- **Aim of the exercise**
Given the records below, would you repeat exactly the lines that begin at the one containing "FILE_NAME('','',(''),(''),'','','');" and end at the one containing "#50=FACE_BOUND('',#49,.T.);", inclusive?

######

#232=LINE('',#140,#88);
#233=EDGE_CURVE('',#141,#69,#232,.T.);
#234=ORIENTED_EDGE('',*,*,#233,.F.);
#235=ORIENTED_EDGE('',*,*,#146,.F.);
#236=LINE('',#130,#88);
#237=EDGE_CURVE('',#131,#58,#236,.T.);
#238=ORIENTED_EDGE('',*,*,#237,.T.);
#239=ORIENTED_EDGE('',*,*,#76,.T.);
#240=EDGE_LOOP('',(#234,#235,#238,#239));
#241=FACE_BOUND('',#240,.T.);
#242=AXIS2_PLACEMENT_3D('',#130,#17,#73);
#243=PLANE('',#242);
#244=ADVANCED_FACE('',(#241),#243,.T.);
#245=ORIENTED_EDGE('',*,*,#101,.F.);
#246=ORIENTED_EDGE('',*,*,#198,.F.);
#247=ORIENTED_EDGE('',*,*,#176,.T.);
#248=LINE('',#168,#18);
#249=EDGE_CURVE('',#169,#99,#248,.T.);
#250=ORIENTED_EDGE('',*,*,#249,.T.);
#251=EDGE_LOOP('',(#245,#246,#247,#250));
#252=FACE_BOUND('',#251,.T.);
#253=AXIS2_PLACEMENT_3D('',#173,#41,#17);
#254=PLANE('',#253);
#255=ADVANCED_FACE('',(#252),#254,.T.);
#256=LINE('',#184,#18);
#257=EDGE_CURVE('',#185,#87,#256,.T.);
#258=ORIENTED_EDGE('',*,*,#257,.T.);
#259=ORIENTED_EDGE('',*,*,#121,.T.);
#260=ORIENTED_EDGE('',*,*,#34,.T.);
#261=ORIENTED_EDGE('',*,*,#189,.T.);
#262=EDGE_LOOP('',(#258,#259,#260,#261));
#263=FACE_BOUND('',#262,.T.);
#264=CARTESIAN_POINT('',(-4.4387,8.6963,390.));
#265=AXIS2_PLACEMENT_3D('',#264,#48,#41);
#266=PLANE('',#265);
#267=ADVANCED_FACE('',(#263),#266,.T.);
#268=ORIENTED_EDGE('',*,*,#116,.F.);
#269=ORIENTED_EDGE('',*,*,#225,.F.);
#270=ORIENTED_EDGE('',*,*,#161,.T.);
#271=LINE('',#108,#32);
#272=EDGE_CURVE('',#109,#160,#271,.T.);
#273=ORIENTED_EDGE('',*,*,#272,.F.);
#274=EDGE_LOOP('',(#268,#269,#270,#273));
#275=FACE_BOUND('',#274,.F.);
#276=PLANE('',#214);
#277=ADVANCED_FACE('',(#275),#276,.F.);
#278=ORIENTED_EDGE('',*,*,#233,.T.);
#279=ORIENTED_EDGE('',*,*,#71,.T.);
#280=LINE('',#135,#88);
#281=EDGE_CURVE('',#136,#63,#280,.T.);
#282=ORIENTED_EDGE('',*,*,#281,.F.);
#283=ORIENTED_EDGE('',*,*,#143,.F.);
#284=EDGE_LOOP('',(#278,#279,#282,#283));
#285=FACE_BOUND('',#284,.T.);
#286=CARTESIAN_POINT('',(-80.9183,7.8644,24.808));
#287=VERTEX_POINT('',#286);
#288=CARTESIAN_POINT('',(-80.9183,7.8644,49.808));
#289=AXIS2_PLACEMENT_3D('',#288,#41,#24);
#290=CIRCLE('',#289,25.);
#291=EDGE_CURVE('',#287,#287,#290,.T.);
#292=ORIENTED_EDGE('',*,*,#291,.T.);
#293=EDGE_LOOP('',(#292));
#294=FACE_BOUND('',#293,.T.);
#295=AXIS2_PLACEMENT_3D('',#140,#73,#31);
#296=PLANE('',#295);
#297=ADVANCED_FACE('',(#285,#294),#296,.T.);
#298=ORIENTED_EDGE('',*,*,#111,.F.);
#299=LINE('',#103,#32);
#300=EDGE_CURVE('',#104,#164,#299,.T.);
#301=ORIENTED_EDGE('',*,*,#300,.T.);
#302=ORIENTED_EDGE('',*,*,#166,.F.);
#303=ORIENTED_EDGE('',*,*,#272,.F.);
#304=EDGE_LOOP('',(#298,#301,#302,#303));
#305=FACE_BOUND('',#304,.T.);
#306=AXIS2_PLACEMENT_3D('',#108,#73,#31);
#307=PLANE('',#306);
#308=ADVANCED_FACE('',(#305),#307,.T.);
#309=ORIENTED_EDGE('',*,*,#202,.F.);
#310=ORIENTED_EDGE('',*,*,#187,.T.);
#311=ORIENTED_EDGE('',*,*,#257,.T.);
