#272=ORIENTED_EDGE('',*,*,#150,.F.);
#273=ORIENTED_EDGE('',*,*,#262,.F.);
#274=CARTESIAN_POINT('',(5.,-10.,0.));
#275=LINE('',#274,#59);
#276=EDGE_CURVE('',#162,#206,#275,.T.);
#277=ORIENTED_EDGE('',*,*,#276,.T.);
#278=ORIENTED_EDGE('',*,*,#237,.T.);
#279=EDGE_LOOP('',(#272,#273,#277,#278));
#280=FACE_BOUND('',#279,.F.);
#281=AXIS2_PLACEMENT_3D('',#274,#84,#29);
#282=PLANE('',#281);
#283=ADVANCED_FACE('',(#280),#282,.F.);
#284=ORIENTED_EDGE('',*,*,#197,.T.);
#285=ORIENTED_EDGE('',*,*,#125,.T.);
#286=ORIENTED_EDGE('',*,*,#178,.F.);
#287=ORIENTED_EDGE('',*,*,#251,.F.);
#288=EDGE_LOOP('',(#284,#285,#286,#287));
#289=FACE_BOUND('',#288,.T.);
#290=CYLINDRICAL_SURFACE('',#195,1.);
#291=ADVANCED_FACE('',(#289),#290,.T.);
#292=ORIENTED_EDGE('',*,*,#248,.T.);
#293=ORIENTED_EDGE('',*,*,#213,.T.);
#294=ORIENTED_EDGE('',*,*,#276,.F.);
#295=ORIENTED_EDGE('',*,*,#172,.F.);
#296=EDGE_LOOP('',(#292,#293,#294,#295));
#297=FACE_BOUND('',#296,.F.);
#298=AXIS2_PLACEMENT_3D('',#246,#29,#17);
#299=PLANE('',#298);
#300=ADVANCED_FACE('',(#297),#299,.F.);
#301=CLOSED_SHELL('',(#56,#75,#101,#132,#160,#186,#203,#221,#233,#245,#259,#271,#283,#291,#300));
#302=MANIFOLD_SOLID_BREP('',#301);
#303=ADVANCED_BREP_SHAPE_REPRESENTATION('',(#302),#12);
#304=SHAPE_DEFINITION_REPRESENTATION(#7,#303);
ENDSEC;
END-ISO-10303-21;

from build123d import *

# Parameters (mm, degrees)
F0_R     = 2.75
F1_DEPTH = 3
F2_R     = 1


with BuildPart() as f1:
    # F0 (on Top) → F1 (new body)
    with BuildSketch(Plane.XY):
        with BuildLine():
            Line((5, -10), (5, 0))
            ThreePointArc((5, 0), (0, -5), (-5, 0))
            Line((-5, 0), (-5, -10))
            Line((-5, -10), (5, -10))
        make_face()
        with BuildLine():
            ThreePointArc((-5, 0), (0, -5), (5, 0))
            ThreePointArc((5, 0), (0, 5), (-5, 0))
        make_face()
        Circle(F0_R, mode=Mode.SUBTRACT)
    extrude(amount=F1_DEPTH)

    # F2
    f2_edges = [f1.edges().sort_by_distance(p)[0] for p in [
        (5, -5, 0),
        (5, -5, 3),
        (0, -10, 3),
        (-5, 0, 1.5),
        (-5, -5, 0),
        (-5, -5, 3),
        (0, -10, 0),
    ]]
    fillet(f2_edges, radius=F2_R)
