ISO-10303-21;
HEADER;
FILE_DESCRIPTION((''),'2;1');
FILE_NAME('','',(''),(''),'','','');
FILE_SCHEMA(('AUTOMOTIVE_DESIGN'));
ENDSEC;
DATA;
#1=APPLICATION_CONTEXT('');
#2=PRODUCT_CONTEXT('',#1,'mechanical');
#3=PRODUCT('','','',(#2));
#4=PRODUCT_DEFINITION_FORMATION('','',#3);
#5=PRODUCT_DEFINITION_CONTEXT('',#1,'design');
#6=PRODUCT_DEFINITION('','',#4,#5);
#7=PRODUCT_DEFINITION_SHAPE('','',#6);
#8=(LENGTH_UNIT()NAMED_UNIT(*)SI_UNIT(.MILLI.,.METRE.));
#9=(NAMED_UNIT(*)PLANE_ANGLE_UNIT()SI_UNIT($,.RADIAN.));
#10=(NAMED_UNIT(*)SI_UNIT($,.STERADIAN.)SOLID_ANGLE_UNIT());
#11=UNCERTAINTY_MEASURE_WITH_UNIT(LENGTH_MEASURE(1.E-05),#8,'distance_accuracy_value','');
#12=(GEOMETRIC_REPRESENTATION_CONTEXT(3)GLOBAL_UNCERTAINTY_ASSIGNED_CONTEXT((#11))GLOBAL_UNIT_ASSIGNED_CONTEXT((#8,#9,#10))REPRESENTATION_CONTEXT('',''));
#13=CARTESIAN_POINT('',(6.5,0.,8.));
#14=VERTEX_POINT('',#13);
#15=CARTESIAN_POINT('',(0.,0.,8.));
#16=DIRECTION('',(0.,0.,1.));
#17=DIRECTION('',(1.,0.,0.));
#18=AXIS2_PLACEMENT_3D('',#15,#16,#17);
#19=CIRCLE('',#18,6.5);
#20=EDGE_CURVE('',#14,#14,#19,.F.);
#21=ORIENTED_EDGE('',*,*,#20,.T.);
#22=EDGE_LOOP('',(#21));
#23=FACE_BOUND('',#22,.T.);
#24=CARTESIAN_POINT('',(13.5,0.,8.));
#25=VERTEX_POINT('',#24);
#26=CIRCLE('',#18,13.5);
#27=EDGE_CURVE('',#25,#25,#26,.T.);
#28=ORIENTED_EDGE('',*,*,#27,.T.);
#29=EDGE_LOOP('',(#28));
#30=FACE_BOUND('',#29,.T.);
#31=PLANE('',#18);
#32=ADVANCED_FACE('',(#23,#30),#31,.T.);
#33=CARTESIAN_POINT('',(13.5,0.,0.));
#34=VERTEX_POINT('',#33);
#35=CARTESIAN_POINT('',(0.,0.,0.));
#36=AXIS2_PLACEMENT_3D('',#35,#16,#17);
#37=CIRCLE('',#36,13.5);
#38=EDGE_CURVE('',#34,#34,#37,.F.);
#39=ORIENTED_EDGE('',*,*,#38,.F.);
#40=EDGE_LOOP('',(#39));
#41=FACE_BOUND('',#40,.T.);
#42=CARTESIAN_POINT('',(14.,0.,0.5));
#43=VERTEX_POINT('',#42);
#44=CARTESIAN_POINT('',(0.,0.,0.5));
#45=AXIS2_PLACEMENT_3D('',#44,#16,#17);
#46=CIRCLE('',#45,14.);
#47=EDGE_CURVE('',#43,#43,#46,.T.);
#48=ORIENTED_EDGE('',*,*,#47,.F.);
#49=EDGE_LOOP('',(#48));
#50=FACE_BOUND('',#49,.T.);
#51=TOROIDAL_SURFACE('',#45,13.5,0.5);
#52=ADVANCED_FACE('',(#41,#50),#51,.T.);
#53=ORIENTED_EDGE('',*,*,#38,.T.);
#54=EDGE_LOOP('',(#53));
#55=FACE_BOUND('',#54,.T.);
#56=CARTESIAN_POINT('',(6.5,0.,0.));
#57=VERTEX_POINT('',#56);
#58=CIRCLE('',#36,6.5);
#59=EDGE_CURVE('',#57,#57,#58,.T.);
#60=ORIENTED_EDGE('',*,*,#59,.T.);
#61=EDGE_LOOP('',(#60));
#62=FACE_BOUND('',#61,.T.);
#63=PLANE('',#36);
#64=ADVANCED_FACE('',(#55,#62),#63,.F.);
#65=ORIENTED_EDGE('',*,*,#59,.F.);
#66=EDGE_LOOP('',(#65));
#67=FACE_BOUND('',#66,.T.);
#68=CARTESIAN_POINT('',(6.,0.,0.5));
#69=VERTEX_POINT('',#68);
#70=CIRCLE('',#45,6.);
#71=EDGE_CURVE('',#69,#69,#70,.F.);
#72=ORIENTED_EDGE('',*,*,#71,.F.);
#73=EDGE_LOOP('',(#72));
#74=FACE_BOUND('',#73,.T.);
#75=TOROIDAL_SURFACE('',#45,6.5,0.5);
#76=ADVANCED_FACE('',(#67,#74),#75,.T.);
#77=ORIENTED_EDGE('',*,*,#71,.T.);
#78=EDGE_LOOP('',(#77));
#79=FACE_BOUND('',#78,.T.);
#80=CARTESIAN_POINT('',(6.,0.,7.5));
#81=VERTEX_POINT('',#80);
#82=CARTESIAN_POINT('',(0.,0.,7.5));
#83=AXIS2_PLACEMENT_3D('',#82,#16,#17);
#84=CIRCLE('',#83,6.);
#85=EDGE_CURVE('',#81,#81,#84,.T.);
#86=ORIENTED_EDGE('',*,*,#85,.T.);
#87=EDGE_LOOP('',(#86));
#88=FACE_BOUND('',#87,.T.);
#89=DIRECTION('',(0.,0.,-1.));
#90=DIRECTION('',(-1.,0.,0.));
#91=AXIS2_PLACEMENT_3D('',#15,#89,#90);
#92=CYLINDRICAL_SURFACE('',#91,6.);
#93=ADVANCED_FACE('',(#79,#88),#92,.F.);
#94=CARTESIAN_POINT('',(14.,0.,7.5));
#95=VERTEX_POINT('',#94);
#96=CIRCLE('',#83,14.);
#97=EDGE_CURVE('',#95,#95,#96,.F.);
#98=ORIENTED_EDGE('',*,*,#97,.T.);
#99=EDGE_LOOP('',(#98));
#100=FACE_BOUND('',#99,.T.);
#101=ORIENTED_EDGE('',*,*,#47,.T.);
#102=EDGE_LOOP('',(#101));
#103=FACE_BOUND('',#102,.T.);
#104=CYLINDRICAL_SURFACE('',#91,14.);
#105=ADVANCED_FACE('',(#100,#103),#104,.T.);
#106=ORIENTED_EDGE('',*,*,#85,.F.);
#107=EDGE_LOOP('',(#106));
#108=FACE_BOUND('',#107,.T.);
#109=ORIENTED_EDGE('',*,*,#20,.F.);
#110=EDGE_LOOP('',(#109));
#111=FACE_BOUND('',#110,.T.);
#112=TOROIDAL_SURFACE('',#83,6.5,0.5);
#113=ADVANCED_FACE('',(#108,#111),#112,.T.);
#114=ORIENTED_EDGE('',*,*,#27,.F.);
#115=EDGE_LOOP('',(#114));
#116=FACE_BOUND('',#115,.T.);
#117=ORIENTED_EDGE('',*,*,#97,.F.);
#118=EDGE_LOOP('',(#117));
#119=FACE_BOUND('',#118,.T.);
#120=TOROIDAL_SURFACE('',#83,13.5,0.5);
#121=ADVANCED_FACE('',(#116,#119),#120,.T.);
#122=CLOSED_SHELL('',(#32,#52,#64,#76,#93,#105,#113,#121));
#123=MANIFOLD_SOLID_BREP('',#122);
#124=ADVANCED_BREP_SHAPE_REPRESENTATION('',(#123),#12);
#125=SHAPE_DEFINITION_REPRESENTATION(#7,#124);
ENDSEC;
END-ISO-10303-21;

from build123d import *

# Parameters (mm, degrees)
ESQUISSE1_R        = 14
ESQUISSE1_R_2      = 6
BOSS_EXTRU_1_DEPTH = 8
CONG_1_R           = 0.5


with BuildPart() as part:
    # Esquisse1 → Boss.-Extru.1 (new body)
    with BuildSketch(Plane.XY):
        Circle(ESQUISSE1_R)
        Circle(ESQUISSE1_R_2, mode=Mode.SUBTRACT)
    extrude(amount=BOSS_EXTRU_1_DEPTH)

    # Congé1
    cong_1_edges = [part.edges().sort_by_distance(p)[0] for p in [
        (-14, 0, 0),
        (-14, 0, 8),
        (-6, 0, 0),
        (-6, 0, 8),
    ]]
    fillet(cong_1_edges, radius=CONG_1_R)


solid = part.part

######

- **Task result**
FILE_NAME('','',(''),(''),'','','');
FILE_SCHEMA(('AUTOMOTIVE_DESIGN'));
ENDSEC;
DATA;
#1=APPLICATION_CONTEXT('');
#2=PRODUCT_CONTEXT('',#1,'mechanical');
#3=PRODUCT('','','',(#2));
#4=PRODUCT_DEFINITION_FORMATION('','',#3);
#5=PRODUCT_DEFINITION_CONTEXT('',#1,'design');
#6=PRODUCT_DEFINITION('','',#4,#5);
#7=PRODUCT_DEFINITION_SHAPE('','',#6);
#8=(LENGTH_UNIT()NAMED_UNIT(*)SI_UNIT(.MILLI.,.METRE.));
#9=(NAMED_UNIT(*)PLANE_ANGLE_UNIT()SI_UNIT($,.RADIAN.));
#10=(NAMED_UNIT(*)SI_UNIT($,.STERADIAN.)SOLID_ANGLE_UNIT());
#11=UNCERTAINTY_MEASURE_WITH_UNIT(LENGTH_MEASURE(1.E-05),#8,'distance_accuracy_value','');
#12=(GEOMETRIC_REPRESENTATION_CONTEXT(3)GLOBAL_UNCERTAINTY_ASSIGNED_CONTEXT((#11))GLOBAL_UNIT_ASSIGNED_CONTEXT((#8,#9,#10))REPRESENTATION_CONTEXT('',''));
#13=CARTESIAN_POINT('',(6.5,0.,8.));
#14=VERTEX_POINT('',#13);
#15=CARTESIAN_POINT('',(0.,0.,8.));
#16=DIRECTION('',(0.,0.,1.));
#17=DIRECTION('',(1.,0.,0.));
#18=AXIS2_PLACEMENT_3D('',#15,#16,#17);
#19=CIRCLE('',#18,6.5);
#20=EDGE_CURVE('',#14,#14,#19,.F.);
#21=ORIENTED_EDGE('',*,*,#20,.T.);
#22=EDGE_LOOP('',(#21));
#23=FACE_BOUND('',#22,.T.);
#24=CARTESIAN_POINT('',(13.5,0.,8.));
#25=VERTEX_POINT('',#24);
#26=CIRCLE('',#18,13.5);
#27=EDGE_CURVE('',#25,#25,#26,.T.);
#28=ORIENTED_EDGE('',*,*,#27,.T.);
#29=EDGE_LOOP('',(#28));
#30=FACE_BOUND('',#29,.T.);
#31=PLANE('',#18);
#32=ADVANCED_FACE('',(#23,#30),#31,.T.);
#33=CARTESIAN_POINT('',(13.5,0.,0.));
#34=VERTEX_POINT('',#33);
#35=CARTESIAN_POINT('',(0.,0.,0.));
#36=AXIS2_PLACEMENT_3D('',#35,#16,#17);
#37=CIRCLE('',#36,13.5);
#38=EDGE_CURVE('',#34,#34,#37,.F.);
#39=ORIENTED_EDGE('',*,*,#38,.F.);
#40=EDGE_LOOP('',(#39));
#41=FACE_BOUND('',#40,.T.);
#42=CARTESIAN_POINT('',(14.,0.,0.5));
#43=VERTEX_POINT('',#42);
#44=CARTESIAN_POINT('',(0.,0.,0.5));
#45=AXIS2_PLACEMENT_3D('',#44,#16,#17);
#46=CIRCLE('',#45,14.);
#47=EDGE_CURVE('',#43,#43,#46,.T.);
#48=ORIENTED_EDGE('',*,*,#47,.F.);
#49=EDGE_LOOP('',(#48));
#50=FACE_BOUND('',#49,.T.);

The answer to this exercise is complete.